# Calibration Mic discussion



## ehous31900 (Mar 2, 2007)

I am a 2 channel audio guy, 100% PC lossless files. I run out of the PC sound card digital into a Tact 2.0. Here is my thoughts that I need outside sources to second guess. I do not believe the Tact is doing exactly what the Screen says. I have been using TrueRTA to look at changes with an uncalibrated Mic. I have now purchased a Auzentech Forte with a balanced mic input and am in the process of building a 9 volt phantom to use the Tact mic to get the same readings the Tact gets. Obsessed, yes! If you have an opinion or have done this your self, please reply.


----------



## brucek (Apr 11, 2006)

> use the Tact mic to get the same readings the Tact gets.


But the Tact mic will be compensated for with the internal calibration file in the Tact firmware to render it flat. Do you have this file to use with TrueRTA or REW? Probably not.

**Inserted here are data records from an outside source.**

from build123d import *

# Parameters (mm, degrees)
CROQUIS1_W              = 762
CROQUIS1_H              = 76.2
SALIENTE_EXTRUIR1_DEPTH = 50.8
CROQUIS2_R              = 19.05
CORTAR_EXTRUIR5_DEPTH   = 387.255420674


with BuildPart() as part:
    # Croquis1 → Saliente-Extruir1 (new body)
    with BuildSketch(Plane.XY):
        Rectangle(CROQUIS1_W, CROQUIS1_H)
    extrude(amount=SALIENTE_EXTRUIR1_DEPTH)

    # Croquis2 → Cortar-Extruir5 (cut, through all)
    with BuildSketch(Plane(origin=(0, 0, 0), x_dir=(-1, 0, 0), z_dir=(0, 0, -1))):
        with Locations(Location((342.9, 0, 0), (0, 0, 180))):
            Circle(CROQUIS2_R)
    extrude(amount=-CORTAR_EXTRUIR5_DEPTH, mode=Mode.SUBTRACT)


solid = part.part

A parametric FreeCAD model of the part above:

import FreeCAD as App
import Part
import Sketcher
from FreeCAD import Vector
Q = App.Units.Quantity


def add_polygon(sketch, points):
    """Adds a closed chain of lines whose ends are joined by coincident constraints."""
    first, n = sketch.GeometryCount, len(points)
    for a, b in zip(points, points[1:] + points[:1]):
        sketch.addGeometry(Part.LineSegment(App.Vector(*a, 0), App.Vector(*b, 0)), False)
    for i in range(n):
        sketch.addConstraint(Sketcher.Constraint("Coincident", first + i, 2, first + (i + 1) % n, 1))

doc = App.newDocument("Part")
body = doc.addObject("PartDesign::Body", "Body")

# Sketch on XY plane
sketch1 = body.newObject("Sketcher::SketchObject", "Sketch")
sketch1.AttachmentSupport = (doc.getObject("XY_Plane"), [""])
sketch1.MapMode = "FlatFace"
add_polygon(sketch1, [(-381, 38), (-381, -38), (381, -38), (381, 38)])  # lines 0-3
sketch1.addConstraint(Sketcher.Constraint("Vertical", 0))
sketch1.addConstraint(Sketcher.Constraint("Horizontal", 1))
sketch1.addConstraint(Sketcher.Constraint("Vertical", 2))
sketch1.addConstraint(Sketcher.Constraint("Horizontal", 3))
sketch1.addConstraint(Sketcher.Constraint("Symmetric", 0, 2, 2, 2, -1, 1))
sketch1.addConstraint(Sketcher.Constraint("DistanceX", 1, 1, 1, 2, Q("30 in")))
sketch1.addConstraint(Sketcher.Constraint("DistanceY", 0, 2, 0, 1, Q("3 in")))
pad1 = body.newObject("PartDesign::Pad", "Pad")
pad1.Profile = sketch1
pad1.Length = Q("2 in")

# Sketch on XY plane
sketch2 = body.newObject("Sketcher::SketchObject", "Sketch001")
sketch2.AttachmentSupport = (doc.getObject("XY_Plane"), [""])
sketch2.MapMode = "FlatFace"
sketch2.addGeometry(Part.Circle(Vector(-343, 0, 0), Vector(0, 0, 1), 19), False)
sketch2.addConstraint(Sketcher.Constraint("PointOnObject", 0, 3, -1))
sketch2.addConstraint(Sketcher.Constraint("Diameter", 0, Q("1.5 in")))
sketch2.addConstraint(Sketcher.Constraint("DistanceX", 0, 3, -1, 1, Q("13.5 in")))
pocket1 = body.newObject("PartDesign::Pocket", "Pocket")
pocket1.Profile = sketch2
pocket1.Type = "ThroughAll"
pocket1.Reversed = True

doc.recompute()
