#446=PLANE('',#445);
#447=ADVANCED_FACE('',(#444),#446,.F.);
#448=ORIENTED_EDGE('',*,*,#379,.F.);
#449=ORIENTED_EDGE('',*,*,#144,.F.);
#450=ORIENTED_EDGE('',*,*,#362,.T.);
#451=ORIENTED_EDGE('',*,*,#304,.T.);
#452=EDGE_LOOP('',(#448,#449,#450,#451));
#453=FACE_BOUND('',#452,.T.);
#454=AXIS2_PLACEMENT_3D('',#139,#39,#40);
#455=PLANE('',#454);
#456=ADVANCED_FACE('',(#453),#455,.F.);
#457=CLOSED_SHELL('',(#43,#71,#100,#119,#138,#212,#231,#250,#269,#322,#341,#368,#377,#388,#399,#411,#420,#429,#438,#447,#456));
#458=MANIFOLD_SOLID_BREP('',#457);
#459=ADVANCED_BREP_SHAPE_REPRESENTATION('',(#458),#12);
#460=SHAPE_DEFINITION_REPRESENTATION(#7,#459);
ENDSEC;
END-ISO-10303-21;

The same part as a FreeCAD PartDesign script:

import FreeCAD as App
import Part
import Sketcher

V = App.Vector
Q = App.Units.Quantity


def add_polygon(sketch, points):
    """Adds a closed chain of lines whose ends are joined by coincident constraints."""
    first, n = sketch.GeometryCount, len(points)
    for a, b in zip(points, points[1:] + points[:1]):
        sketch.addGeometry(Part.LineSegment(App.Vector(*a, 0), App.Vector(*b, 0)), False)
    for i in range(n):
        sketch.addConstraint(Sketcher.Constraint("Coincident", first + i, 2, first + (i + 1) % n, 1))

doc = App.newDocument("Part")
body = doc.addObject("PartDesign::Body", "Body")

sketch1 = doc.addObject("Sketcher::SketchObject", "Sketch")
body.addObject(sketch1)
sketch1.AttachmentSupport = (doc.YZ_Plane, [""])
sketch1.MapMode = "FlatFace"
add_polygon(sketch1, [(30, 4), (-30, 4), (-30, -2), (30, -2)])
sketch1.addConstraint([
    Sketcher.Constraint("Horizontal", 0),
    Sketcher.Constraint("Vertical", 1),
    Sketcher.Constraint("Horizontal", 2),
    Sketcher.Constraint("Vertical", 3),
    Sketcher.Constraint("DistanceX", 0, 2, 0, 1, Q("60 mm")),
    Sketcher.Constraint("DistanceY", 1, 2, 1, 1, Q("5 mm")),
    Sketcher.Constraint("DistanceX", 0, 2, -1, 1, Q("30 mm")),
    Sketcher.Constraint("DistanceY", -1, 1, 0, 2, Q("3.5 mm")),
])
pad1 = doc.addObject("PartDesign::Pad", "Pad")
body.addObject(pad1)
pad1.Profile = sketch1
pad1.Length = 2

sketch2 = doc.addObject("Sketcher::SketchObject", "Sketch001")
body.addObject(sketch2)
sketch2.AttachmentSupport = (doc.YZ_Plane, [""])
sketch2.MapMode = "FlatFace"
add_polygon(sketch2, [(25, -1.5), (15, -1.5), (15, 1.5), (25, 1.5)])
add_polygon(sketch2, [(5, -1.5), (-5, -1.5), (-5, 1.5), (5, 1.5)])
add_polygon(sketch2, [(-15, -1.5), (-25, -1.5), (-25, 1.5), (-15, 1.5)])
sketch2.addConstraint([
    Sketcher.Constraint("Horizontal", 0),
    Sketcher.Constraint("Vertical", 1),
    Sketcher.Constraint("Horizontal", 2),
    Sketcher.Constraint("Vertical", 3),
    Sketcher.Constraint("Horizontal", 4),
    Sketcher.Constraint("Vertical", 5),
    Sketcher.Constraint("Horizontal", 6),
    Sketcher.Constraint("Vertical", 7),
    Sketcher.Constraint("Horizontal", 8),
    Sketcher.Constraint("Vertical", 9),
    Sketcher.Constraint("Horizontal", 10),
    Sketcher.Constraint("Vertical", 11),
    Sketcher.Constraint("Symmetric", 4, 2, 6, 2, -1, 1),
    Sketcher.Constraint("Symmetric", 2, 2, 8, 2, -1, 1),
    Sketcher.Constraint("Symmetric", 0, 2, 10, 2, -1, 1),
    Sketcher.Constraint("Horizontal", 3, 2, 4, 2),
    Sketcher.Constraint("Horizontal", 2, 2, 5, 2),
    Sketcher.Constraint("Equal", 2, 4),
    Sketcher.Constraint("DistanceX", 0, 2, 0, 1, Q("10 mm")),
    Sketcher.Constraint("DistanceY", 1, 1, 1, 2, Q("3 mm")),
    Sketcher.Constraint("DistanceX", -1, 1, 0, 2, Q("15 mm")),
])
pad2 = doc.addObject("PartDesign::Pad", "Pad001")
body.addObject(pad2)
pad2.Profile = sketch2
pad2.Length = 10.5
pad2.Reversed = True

A better method would be to get a mic with a calibration file (such as the Behringer ECM8000).

brucek


----------



## ehous31900 (Mar 2, 2007)

Yes, I have the cal file and assume it will load into Tue rta. I had to have my mother board swapped for the Forte sound card's PCI express. SO this is all theory at this point. Issue with Cal file is I want to keep as much the same as possible. With the Tact only having 9 volt Phantom I figure the mic is fixed? Thanks and keep the thoughts coming,


----------



## Kal Rubinson (Aug 3, 2006)

ehous31900 said:


> I am a 2 channel audio guy, 100% PC lossless files. I run out of the PC sound card digital into a Tact 2.0. Here is my thoughts that I need outside sources to second guess. I do not believe the Tact is doing exactly what the Screen says. I have been using TrueRTA to look at changes with an uncalibrated Mic. I have now purchased a Auzentech Forte with a balanced mic input and am in the process of building a 9 volt phantom to use the Tact mic to get the same readings the Tact gets. Obsessed, yes! If you have an opinion or have done this your self, please reply.


Rather than TrueRTA, consider RoomEQ Wizard for a better representation of the room response/corrections.


----------



## Schussor (Jun 8, 2009)

I am also interested in obtaining a .cal file for my USB mic. I got a Nady USB 1C cardioid so that I can make directional measurements of my dipole speakers. Though initial measurements are quite promising as to precision. 
I suspect some FR correction may have been done onboard to deliver a nominally flat response - beyond what is available from an analog version. Otherwise, they would not have quoted a useful response of 20 to 20K while using a 19mm diaphragm rather than a 1"+ as they have in their better undigitized mikes that approach good extension. 

And ehous31900, since you are all digital and have no analog sources from which to lose resolution, why don't you tear out the crossovers from your speakers and biamp or triamp? You can do an order of magnitude better job with a digital crossover than with a speaker level crossover. You get the following benefits:
1. far lower strain on your amps makes them sound way better as they avoid wasting energy on the back emf of the crossover components.
2. You can correct all phase errors like you are correcting room modes and FR abberations.
3. Match speaker drivers better to each other and their crossover slopes.
4. You can have that midrange magic tube amp (or whatever) on your upper drivers, and that bassmaster kilowatt arc welding amp on the bass. With the digtal crossover there is no phase or gain issue with different amps.

If I didn't like analog so much more, that is what I would have done years ago.


----------